Problem statement ::
Check each line of the material below for "ThreePointArc". Report how many have it, with no other words.

Segment Open

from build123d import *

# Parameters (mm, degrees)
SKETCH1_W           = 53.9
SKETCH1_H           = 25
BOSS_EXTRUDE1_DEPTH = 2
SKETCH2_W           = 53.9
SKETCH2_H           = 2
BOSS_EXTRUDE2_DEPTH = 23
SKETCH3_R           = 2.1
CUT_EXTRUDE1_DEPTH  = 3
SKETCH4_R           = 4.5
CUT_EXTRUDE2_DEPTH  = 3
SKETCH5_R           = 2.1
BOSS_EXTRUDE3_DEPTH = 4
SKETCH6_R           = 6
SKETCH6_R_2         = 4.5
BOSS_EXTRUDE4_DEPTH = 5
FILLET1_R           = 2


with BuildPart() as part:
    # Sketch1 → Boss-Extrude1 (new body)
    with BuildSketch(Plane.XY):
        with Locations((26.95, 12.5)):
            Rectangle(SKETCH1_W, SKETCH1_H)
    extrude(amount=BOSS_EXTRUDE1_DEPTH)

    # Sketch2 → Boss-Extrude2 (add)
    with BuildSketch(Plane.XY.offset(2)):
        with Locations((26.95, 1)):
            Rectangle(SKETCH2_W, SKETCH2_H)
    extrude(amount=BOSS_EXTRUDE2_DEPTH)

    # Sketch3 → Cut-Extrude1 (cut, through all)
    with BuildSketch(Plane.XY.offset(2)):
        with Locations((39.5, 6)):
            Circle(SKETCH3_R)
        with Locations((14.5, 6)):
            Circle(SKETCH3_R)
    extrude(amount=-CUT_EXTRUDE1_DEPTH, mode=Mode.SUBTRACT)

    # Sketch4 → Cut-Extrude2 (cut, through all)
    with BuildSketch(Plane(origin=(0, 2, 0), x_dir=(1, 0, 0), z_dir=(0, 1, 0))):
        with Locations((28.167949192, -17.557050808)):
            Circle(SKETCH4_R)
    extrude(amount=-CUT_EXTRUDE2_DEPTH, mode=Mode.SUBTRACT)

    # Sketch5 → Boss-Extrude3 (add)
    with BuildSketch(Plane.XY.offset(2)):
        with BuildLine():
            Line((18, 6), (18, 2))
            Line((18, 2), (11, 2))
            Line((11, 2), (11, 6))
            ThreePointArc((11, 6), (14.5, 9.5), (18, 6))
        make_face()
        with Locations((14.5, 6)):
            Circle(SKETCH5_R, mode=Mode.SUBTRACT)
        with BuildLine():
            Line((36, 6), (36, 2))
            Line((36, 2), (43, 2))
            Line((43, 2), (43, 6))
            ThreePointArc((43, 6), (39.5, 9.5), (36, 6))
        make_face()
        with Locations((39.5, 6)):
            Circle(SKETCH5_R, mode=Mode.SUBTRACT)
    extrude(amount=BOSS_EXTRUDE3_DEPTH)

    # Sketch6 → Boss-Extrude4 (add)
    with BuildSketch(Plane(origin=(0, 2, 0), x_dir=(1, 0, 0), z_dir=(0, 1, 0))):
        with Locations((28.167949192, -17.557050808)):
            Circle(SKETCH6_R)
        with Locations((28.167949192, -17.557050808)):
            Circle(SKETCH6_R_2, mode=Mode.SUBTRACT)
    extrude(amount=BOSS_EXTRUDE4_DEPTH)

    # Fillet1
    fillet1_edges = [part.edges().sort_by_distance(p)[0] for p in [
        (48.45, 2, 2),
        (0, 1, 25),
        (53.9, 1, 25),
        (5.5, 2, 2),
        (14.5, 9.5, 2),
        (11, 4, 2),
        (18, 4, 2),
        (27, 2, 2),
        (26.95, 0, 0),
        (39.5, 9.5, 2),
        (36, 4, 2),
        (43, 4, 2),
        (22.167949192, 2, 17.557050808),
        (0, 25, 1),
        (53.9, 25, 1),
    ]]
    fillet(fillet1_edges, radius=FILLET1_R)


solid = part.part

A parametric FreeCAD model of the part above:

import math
import FreeCAD as App
import Part
import Sketcher
Q = App.Units.Quantity


def edges_at(feature, points):
    """Names of the edges that pass closest to the given points."""
    edges = feature.Shape.Edges
    near = lambda p: min(range(len(edges)), key=lambda i: edges[i].distToShape(Part.Vertex(*p))[0])
    return sorted({f"Edge{near(p) + 1}" for p in points})


def add_polygon(sketch, points):
    """Adds a closed chain of lines whose ends are joined by coincident constraints."""
    first, n = sketch.GeometryCount, len(points)
    for a, b in zip(points, points[1:] + points[:1]):
        sketch.addGeometry(Part.LineSegment(App.Vector(*a, 0), App.Vector(*b, 0)), False)
    for i in range(n):
        sketch.addConstraint(Sketcher.Constraint("Coincident", first + i, 2, first + (i + 1) % n, 1))

doc = App.newDocument("Part")
body = doc.addObject("PartDesign::Body", "Body")

# Sketch on XY plane
sketch1 = doc.addObject("Sketcher::SketchObject", "Sketch")
body.addObject(sketch1)
sketch1.AttachmentSupport = (doc.XY_Plane, [""])
sketch1.MapMode = "FlatFace"
add_polygon(sketch1, [(0, 25), (0, 0), (54, 0), (54, 25)])  # lines 0-3
sketch1.addConstraint([
    Sketcher.Constraint("Vertical", 0),
    Sketcher.Constraint("Horizontal", 1),
    Sketcher.Constraint("Vertical", 2),
    Sketcher.Constraint("Horizontal", 3),
    Sketcher.Constraint("Coincident", 0, 2, -1, 1),
    Sketcher.Constraint("DistanceY", 0, 2, 0, 1, Q("25 mm")),
    Sketcher.Constraint("DistanceX", 1, 1, 1, 2, Q("53.9 mm")),
])
pad1 = doc.addObject("PartDesign::Pad", "Pad")
body.addObject(pad1)
pad1.Profile = sketch1
pad1.Length = 2

# Sketch on XY plane
sketch2 = doc.addObject("Sketcher::SketchObject", "Sketch001")
body.addObject(sketch2)
sketch2.AttachmentSupport = (doc.XY_Plane, [""])
sketch2.MapMode = "FlatFace"
sketch2.AttachmentOffset = App.Placement(App.Vector(0, 0, 2), App.Rotation())
add_polygon(sketch2, [(0, 2), (0, 0), (53.9, 0), (53.9, 2)])  # lines 0-3
sketch2.addConstraint([
    Sketcher.Constraint("Vertical", 0),
    Sketcher.Constraint("Horizontal", 1),
    Sketcher.Constraint("Vertical", 2),
    Sketcher.Constraint("Horizontal", 3),
    Sketcher.Constraint("Coincident", 0, 2, -1, 1),
    Sketcher.Constraint("DistanceY", 0, 2, 0, 1, Q("2 mm")),
    Sketcher.Constraint("DistanceX", 1, 1, 1, 2, Q("53.9 mm")),
])
pad2 = doc.addObject("PartDesign::Pad", "Pad001")
body.addObject(pad2)
pad2.Profile = sketch2
pad2.Length = 23

# Sketch on XY plane
sketch3 = doc.addObject("Sketcher::SketchObject", "Sketch002")
body.addObject(sketch3)
sketch3.AttachmentSupport = (doc.XY_Plane, [""])
sketch3.MapMode = "FlatFace"
sketch3.AttachmentOffset = App.Placement(App.Vector(0, 0, 2), App.Rotation())
sketch3.addGeometry([
    Part.Circle(App.Vector(39.5, 6, 0), App.Vector(0, 0, 1), 2.1),
    Part.Circle(App.Vector(14.5, 6, 0), App.Vector(0, 0, 1), 2.1),
], False)
sketch3.addConstraint([
    Sketcher.Constraint("Equal", 0, 1),
    Sketcher.Constraint("Horizontal", 0, 3, 1, 3),
    Sketcher.Constraint("Diameter", 0, Q("4.2 mm")),
    Sketcher.Constraint("DistanceY", -1, 1, 0, 3, Q("6 mm")),
    Sketcher.Constraint("DistanceX", 1, 3, 0, 3, Q("25 mm")),
    Sketcher.Constraint("DistanceX", -1, 1, 0, 3, Q("39.5 mm")),
])
pocket1 = doc.addObject("PartDesign::Pocket", "Pocket")
body.addObject(pocket1)
pocket1.Profile = sketch3
pocket1.Type = "ThroughAll"

# Sketch on XZ plane
sketch4 = doc.addObject("Sketcher::SketchObject", "Sketch003")
body.addObject(sketch4)
sketch4.AttachmentSupport = (doc.XZ_Plane, [""])
sketch4.MapMode = "FlatFace"
sketch4.AttachmentOffset = App.Placement(App.Vector(0, 0, -2), App.Rotation())
sketch4.addGeometry(Part.Circle(App.Vector(28.2, 17.6, 0), App.Vector(0, 0, 1), 4.5), False)
sketch4.addConstraint([
    Sketcher.Constraint("Diameter", 0, Q("9 mm")),
    Sketcher.Constraint("DistanceX", -1, 1, 0, 3, Q("28.167949 mm")),
    Sketcher.Constraint("DistanceY", -1, 1, 0, 3, Q("17.557051 mm")),
])
pocket2 = doc.addObject("PartDesign::Pocket", "Pocket001")
body.addObject(pocket2)
pocket2.Profile = sketch4
pocket2.Type = "ThroughAll"
pocket2.Reversed = True

# Sketch on XY plane
sketch5 = doc.addObject("Sketcher::SketchObject", "Sketch004")
body.addObject(sketch5)
sketch5.AttachmentSupport = (doc.XY_Plane, [""])
sketch5.MapMode = "FlatFace"
sketch5.AttachmentOffset = App.Placement(App.Vector(0, 0, 2), App.Rotation())
sketch5.addGeometry([
    Part.LineSegment(App.Vector(18, 2, 0), App.Vector(18, 6, 0)),  # 0
    Part.ArcOfCircle(Part.Circle(App.Vector(14.5, 6, 0), App.Vector(0, 0, 1), 3.5), math.radians(0), math.radians(180)),  # 1
    Part.LineSegment(App.Vector(11, 6, 0), App.Vector(11, 2, 0)),  # 2
    Part.LineSegment(App.Vector(11, 2, 0), App.Vector(18, 2, 0)),  # 3
    Part.Circle(App.Vector(14.5, 6, 0), App.Vector(0, 0, 1), 2.1),  # 4
    Part.LineSegment(App.Vector(36, 6, 0), App.Vector(36, 2, 0)),  # 5
    Part.LineSegment(App.Vector(36, 2, 0), App.Vector(43, 2, 0)),  # 6
    Part.LineSegment(App.Vector(43, 2, 0), App.Vector(43, 6, 0)),  # 7
    Part.ArcOfCircle(Part.Circle(App.Vector(39.5, 6, 0), App.Vector(0, 0, 1), 3.5), math.radians(0), math.radians(180)),  # 8
    Part.Circle(App.Vector(39.5, 6, 0), App.Vector(0, 0, 1), 2.1),  # 9
], False)
sketch5.addConstraint([
    Sketcher.Constraint("Tangent", 0, 2, 1, 1),
    Sketcher.Constraint("Tangent", 1, 2, 2, 1),
    Sketcher.Constraint("Coincident", 2, 2, 3, 1),
    Sketcher.Constraint("Coincident", 3, 2, 0, 1),
    Sketcher.Constraint("Coincident", 5, 2, 6, 1),
    Sketcher.Constraint("Coincident", 6, 2, 7, 1),
    Sketcher.Constraint("Tangent", 7, 2, 8, 1),
    Sketcher.Constraint("Tangent", 8, 2, 5, 1),
    Sketcher.Constraint("Vertical", 0),
    Sketcher.Constraint("Vertical", 2),
    Sketcher.Constraint("Horizontal", 3),
    Sketcher.Constraint("Vertical", 5),
    Sketcher.Constraint("Horizontal", 6),
    Sketcher.Constraint("Vertical", 7),
    Sketcher.Constraint("Coincident", 4, 3, 1, 3),
    Sketcher.Constraint("Coincident", 9, 3, 8, 3),
    Sketcher.Constraint("Equal", 1, 8),
    Sketcher.Constraint("Equal", 4, 9),
    Sketcher.Constraint("Horizontal", 4, 3, 8, 3),
    Sketcher.Constraint("Horizontal", 3, 2, 5, 2),
    Sketcher.Constraint("Diameter", 4, Q("4.2 mm")),
    Sketcher.Constraint("Radius", 1, Q("3.5 mm")),
    Sketcher.Constraint("DistanceY", 0, 1, 0, 2, Q("4 mm")),
    Sketcher.Constraint("DistanceY", -1, 1, 1, 3, Q("6 mm")),
    Sketcher.Constraint("DistanceX", -1, 1, 0, 2, Q("18 mm")),
    Sketcher.Constraint("DistanceX", -1, 1, 5, 2, Q("36 mm")),
])
pad3 = doc.addObject("PartDesign::Pad", "Pad002")
body.addObject(pad3)
pad3.Profile = sketch5
pad3.Length = 4

# Sketch on XZ plane
sketch6 = doc.addObject("Sketcher::SketchObject", "Sketch005")
body.addObject(sketch6)
sketch6.AttachmentSupport = (doc.XZ_Plane, [""])
sketch6.MapMode = "FlatFace"
sketch6.AttachmentOffset = App.Placement(App.Vector(0, 0, -2), App.Rotation())
sketch6.addGeometry([
    Part.Circle(App.Vector(28.2, 17.6, 0), App.Vector(0, 0, 1), 6),
    Part.Circle(App.Vector(28.2, 17.6, 0), App.Vector(0, 0, 1), 4.5),
], False)
sketch6.addConstraint([
    Sketcher.Constraint("Coincident", 1, 3, 0, 3),
    Sketcher.Constraint("Diameter", 0, Q("12 mm")),
    Sketcher.Constraint("Diameter", 1, Q("9 mm")),
    Sketcher.Constraint("DistanceX", -1, 1, 0, 3, Q("28.167949 mm")),
    Sketcher.Constraint("DistanceY", -1, 1, 0, 3, Q("17.557051 mm")),
])
pad4 = doc.addObject("PartDesign::Pad", "Pad003")
body.addObject(pad4)
pad4.Profile = sketch6
pad4.Length = 5
pad4.Reversed = True
doc.recompute()

fillet = doc.addObject("PartDesign::Fillet", "Fillet")
body.addObject(fillet)
fillet.Base = (pad4, edges_at(pad4, [
    (48.45, 2, 2),
    (0, 1, 25),
    (53.9, 1, 25),
    (5.5, 2, 2),
    (14.5, 9.5, 2),
    (11, 4, 2),
    (18, 4, 2),
    (27, 2, 2),
    (26.95, 0, 0),
    (39.5, 9.5, 2),
    (36, 4, 2),
    (43, 4, 2),
    (22.168, 2, 17.557),
    (0, 25, 1),
    (53.9, 25, 1),
]))
fillet.Radius = 2

doc.recompute()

Segment Closed

Expected output ::
2